In 2024, organisations should assess their risk profile in light of the changing threat environment and make sure that they are protected against hacktivism and nation-state attacks along with financially motivated cyber threats.
For Good And Bad: AI In Cybersecurity
Cyber criminals are using generative artificial intelligence in new ways, including deepfake and voice technology, to scam organisations and people alike. Businesses using the technology have to be cautious about the risks associated with it.
The maturation of how enterprise-level use of generative AI is protected is one of the trends anticipated in 2024, with security controls, vulnerability management and threat monitoring embedded into the AI lifecycle. Also, cybersecurity capabilities will become more integrated with generative AI because of its ability to efficiently surmise security events.
Operational Technology Remains Vulnerable
Operational technology will continue to be vulnerable to cyber threats because of its importance to industrial organisations. With OT connected to IT and the cloud, the attack surface has expanded, increasing the risk to OT networks. At the same time, organisations are short of solutions that address the specific demands of OT professionals.
Zero-trust architecture will be important for protecting OT systems from threats. The year 2024 will witness organisations investing in OT cybersecurity maturity to protect their most important business systems and manage the rising risk.
Cybersecurity Consolidation
While attackers only need a few hours to find and exploit vulnerabilities, security teams take approximately six days to resolve a security alert, with 60% of organisations taking longer than four days. Mean time to detect and respond is also harder to reduce when security tools are not integrated.
Enterprises are looking to consolidate their vendor spread, which makes it easier to manage the cybersecurity stack, reduces costs and offers better results in the long term. In 2024, organisations will increase their focus on reducing complexities and turn to consolidated cybersecurity stacks.

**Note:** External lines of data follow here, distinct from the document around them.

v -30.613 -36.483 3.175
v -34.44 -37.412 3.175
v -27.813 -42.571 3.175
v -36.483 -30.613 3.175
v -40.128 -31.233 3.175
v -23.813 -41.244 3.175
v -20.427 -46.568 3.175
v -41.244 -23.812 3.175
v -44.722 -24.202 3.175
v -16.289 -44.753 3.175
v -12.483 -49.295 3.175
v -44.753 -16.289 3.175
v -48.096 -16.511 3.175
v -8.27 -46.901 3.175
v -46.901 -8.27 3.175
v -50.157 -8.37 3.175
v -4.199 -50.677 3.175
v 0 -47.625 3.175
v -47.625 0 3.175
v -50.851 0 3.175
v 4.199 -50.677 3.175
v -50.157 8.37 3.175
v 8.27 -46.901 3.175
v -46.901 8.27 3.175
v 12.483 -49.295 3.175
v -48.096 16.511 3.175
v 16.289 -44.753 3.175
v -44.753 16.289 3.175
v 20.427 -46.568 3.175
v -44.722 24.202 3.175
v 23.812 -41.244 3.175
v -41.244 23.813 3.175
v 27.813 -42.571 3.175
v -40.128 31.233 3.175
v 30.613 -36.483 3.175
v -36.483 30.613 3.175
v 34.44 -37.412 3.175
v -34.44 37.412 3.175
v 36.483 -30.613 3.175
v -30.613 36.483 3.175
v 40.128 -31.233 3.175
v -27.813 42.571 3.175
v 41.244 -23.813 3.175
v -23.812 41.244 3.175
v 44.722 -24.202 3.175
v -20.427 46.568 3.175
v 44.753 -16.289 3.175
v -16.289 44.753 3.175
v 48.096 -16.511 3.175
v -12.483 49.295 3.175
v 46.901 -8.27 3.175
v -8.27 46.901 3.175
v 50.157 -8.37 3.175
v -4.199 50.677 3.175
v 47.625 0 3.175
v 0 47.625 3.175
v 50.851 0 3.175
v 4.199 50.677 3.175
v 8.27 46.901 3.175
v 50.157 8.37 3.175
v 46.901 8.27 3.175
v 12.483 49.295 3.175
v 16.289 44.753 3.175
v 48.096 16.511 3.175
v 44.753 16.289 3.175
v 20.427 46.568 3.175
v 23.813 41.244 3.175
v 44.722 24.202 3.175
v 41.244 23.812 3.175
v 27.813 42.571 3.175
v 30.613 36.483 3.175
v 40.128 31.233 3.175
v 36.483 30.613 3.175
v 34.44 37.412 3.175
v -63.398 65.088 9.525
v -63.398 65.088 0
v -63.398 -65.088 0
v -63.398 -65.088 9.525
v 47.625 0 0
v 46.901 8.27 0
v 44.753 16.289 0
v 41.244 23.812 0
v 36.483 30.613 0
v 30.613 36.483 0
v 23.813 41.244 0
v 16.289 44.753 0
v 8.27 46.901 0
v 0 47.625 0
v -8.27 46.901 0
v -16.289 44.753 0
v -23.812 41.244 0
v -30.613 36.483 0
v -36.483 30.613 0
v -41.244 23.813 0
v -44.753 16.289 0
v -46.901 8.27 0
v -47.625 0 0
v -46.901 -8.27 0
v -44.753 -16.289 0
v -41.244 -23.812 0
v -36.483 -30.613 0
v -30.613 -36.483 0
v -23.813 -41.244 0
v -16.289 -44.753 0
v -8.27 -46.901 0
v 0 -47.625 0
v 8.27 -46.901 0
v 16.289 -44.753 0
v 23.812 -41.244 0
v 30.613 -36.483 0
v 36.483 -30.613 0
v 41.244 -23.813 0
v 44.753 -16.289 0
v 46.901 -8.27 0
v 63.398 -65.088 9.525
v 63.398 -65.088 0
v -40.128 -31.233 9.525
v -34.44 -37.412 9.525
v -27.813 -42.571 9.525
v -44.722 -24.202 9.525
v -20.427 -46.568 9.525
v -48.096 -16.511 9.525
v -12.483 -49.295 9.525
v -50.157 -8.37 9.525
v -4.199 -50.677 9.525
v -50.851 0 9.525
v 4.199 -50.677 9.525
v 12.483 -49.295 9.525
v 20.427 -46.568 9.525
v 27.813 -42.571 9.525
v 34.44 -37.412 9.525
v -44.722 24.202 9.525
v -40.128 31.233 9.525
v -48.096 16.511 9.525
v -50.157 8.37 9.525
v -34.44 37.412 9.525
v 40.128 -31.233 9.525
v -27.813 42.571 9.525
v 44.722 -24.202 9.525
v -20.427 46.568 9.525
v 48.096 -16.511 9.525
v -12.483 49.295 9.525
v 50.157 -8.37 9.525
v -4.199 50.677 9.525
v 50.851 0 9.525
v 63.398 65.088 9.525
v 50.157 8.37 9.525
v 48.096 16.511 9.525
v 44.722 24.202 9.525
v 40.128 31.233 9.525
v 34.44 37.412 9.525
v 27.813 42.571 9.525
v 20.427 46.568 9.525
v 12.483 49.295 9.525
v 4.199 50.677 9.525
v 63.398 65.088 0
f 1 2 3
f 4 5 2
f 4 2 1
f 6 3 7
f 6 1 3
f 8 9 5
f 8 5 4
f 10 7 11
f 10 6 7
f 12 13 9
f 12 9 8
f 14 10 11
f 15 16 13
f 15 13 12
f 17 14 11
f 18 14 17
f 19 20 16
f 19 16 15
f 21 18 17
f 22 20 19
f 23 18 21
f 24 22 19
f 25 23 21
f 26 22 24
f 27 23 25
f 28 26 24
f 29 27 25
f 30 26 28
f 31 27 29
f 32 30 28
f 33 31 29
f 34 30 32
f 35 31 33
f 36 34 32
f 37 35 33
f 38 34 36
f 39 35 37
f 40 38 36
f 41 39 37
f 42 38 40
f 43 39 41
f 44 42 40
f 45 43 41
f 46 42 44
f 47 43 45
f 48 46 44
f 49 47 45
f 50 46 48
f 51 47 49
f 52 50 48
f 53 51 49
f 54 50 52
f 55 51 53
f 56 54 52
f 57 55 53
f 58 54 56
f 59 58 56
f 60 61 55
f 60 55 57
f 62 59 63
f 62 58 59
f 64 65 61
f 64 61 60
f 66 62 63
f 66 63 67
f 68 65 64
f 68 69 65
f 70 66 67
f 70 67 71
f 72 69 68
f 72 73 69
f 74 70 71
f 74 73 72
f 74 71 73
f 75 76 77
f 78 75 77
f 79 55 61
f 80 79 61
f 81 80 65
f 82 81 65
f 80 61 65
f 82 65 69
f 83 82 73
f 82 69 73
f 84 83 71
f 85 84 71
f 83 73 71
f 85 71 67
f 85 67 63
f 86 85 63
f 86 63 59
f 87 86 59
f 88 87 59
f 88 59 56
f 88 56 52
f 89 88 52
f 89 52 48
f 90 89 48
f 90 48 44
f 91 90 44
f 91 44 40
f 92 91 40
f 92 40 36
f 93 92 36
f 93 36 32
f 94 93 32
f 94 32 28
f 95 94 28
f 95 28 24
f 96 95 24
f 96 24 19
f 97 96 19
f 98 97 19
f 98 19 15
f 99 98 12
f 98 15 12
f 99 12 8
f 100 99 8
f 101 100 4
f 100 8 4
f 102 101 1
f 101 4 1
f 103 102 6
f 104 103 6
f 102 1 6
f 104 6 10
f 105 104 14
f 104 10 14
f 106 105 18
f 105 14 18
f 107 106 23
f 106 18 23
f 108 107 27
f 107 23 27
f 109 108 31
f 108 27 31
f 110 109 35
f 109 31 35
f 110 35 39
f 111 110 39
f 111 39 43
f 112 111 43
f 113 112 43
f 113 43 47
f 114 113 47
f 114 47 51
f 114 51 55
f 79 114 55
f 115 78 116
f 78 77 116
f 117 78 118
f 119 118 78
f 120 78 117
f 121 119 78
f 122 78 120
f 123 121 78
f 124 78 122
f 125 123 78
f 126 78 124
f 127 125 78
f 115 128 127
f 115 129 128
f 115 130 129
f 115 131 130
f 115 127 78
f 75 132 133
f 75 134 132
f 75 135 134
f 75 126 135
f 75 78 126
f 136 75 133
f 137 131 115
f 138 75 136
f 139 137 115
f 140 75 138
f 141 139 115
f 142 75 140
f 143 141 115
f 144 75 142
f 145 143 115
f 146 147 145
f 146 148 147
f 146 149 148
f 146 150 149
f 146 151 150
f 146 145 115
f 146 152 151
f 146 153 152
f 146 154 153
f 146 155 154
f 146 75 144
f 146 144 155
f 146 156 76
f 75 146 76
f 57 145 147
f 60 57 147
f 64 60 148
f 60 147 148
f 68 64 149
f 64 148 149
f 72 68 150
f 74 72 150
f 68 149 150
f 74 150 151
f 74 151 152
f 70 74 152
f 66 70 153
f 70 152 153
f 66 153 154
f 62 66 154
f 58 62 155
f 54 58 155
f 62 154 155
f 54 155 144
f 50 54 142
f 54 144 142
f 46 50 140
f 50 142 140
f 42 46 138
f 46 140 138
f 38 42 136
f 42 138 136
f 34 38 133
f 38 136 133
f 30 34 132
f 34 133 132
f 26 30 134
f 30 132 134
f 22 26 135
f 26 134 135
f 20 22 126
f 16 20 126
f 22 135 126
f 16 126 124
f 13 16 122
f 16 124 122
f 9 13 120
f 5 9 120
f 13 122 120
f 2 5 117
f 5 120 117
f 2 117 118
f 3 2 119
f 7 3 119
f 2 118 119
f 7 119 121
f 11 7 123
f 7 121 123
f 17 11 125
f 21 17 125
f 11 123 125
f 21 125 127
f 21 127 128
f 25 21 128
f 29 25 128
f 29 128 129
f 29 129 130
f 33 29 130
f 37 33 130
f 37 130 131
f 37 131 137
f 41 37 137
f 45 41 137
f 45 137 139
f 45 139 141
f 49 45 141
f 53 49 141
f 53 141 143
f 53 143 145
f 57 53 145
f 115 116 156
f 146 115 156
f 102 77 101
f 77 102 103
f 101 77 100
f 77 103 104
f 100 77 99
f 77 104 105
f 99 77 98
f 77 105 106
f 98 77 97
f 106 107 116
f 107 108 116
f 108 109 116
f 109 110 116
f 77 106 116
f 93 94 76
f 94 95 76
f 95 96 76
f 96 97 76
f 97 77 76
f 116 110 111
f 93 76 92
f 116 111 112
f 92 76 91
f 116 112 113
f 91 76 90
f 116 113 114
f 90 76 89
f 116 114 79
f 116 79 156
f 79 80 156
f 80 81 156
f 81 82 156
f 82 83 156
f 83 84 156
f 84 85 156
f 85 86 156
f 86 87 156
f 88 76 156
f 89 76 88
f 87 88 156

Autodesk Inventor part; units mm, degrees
ref_plane "YZ Plane" through (0, 0, 0) normal (1, 0, 0) x (0, 1, 0)
ref_plane "XZ Plane" through (0, 0, 0) normal (0, 1, 0) x (-1, 0, 0)
ref_plane "XY Plane" through (0, 0, 0) normal (0, 0, 1) x (1, 0, 0)
sketch "Sketch1" plane through (0, 0, 0) normal (0, 0, 1) x (1, 0, 0)
  line L0 (-63.3984, -65.0875) -> (63.3984, -65.0875)
  line L1 (63.3984, -65.0875) -> (63.3984, 65.0875)
  line L2 (63.3984, 65.0875) -> (-63.3984, 65.0875)
  line L3 (-63.3984, 65.0875) -> (-63.3984, -65.0875)
  line L4 (-63.3984, -65.0875) -> (63.3984, 65.0875) construction
  line L5 (63.3984, -65.0875) -> (-63.3984, 65.0875) construction
  point P0 (0, 0)
  dimension "d0" = 126.7968
  dimension "d1" = 130.175
extrude "Extrusion1" add sketch "Sketch1" along normal blind 9.525
sketch "Sketch2" plane through (0, 0, 9.525) normal (0, 0, 1) x (1, 0, 0)
  circle A0 centre (0, 0) radius 50.8508
  dimension "d4" = 101.7016
extrude "Extrusion2" cut sketch "Sketch2" against normal blind 6.35
sketch "Sketch3" plane through (0, 0, 3.175) normal (0, 0, 1) x (1, 0, 0)
  circle A0 centre (0, 0) radius 47.625
  dimension "d7" = 95.25
extrude "Extrusion3" cut sketch "Sketch3" along normal through all both and the other way through all
equation "\"d0\" = width - 2 * alignmentGrooveClearance"
equation "\"d1\" = height + 2 * alignmentGrooveDepth"
equation "\"d2\" = lensMountThickness"
equation "\"d4\" = lensDiameter + alignmentGrooveClearance"
equation "\"d5\" = lensInsetDepth"
equation "\"d7\" = lensDiameter - lensInsetDepth"
equation "\"d8\" = lensInsetDepth"
equation "\"caseThickness\" = 6.35"
equation "\"alignmentGrooveDepth\" = 1.5875"
equation "\"alignmentGrooveClearance\" = 0.1016"
equation "\"aerogelHolderDepth\" = 38.24501"
equation "\"height\" = 127"
equation "\"width\" = 127"
equation "\"depth\" = 247.57228"
equation "\"mirrorAngle\" = 2.5deg"
equation "\"mirrorThickness\" = 3.175"
equation "\"fresnelThickness\" = 0.254"
equation "\"focalLength\" = 185.82488"
equation "\"ior\" = 1.49"
equation "\"centerThickness\" = 1.27"
equation "\"fresnelAngle\" = 90deg"
equation "\"fresnelEffectiveDiameter\" = 152.4"
equation "\"fresnelGrooveWidth\" = 9.525"
equation "\"frontPanelThickness\" = 1.5875"
equation "\"lensMountThickness\" = 9.525"
equation "\"lensInsetDepth\" = 6.35"
equation "\"lensDiameter\" = 101.6"
equation "\"lensCenterThickness\" = 16.99999"
properties part number "sphericalLensHolder" material "ABS Plastic"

Cloud Security High On Agenda
With a large proportion of infrastructure on the cloud, businesses are adjusting their cybersecurity strategy to adopt cloud security. In 2024, organisations with multi or hybrid cloud projects will move to establishing a more unified approach to cybersecurity when dealing with more than one cloud provider. Rationalising cloud security tools across the entire development lifecycle will also be in focus as this provides higher visibility, correlation and security monitoring.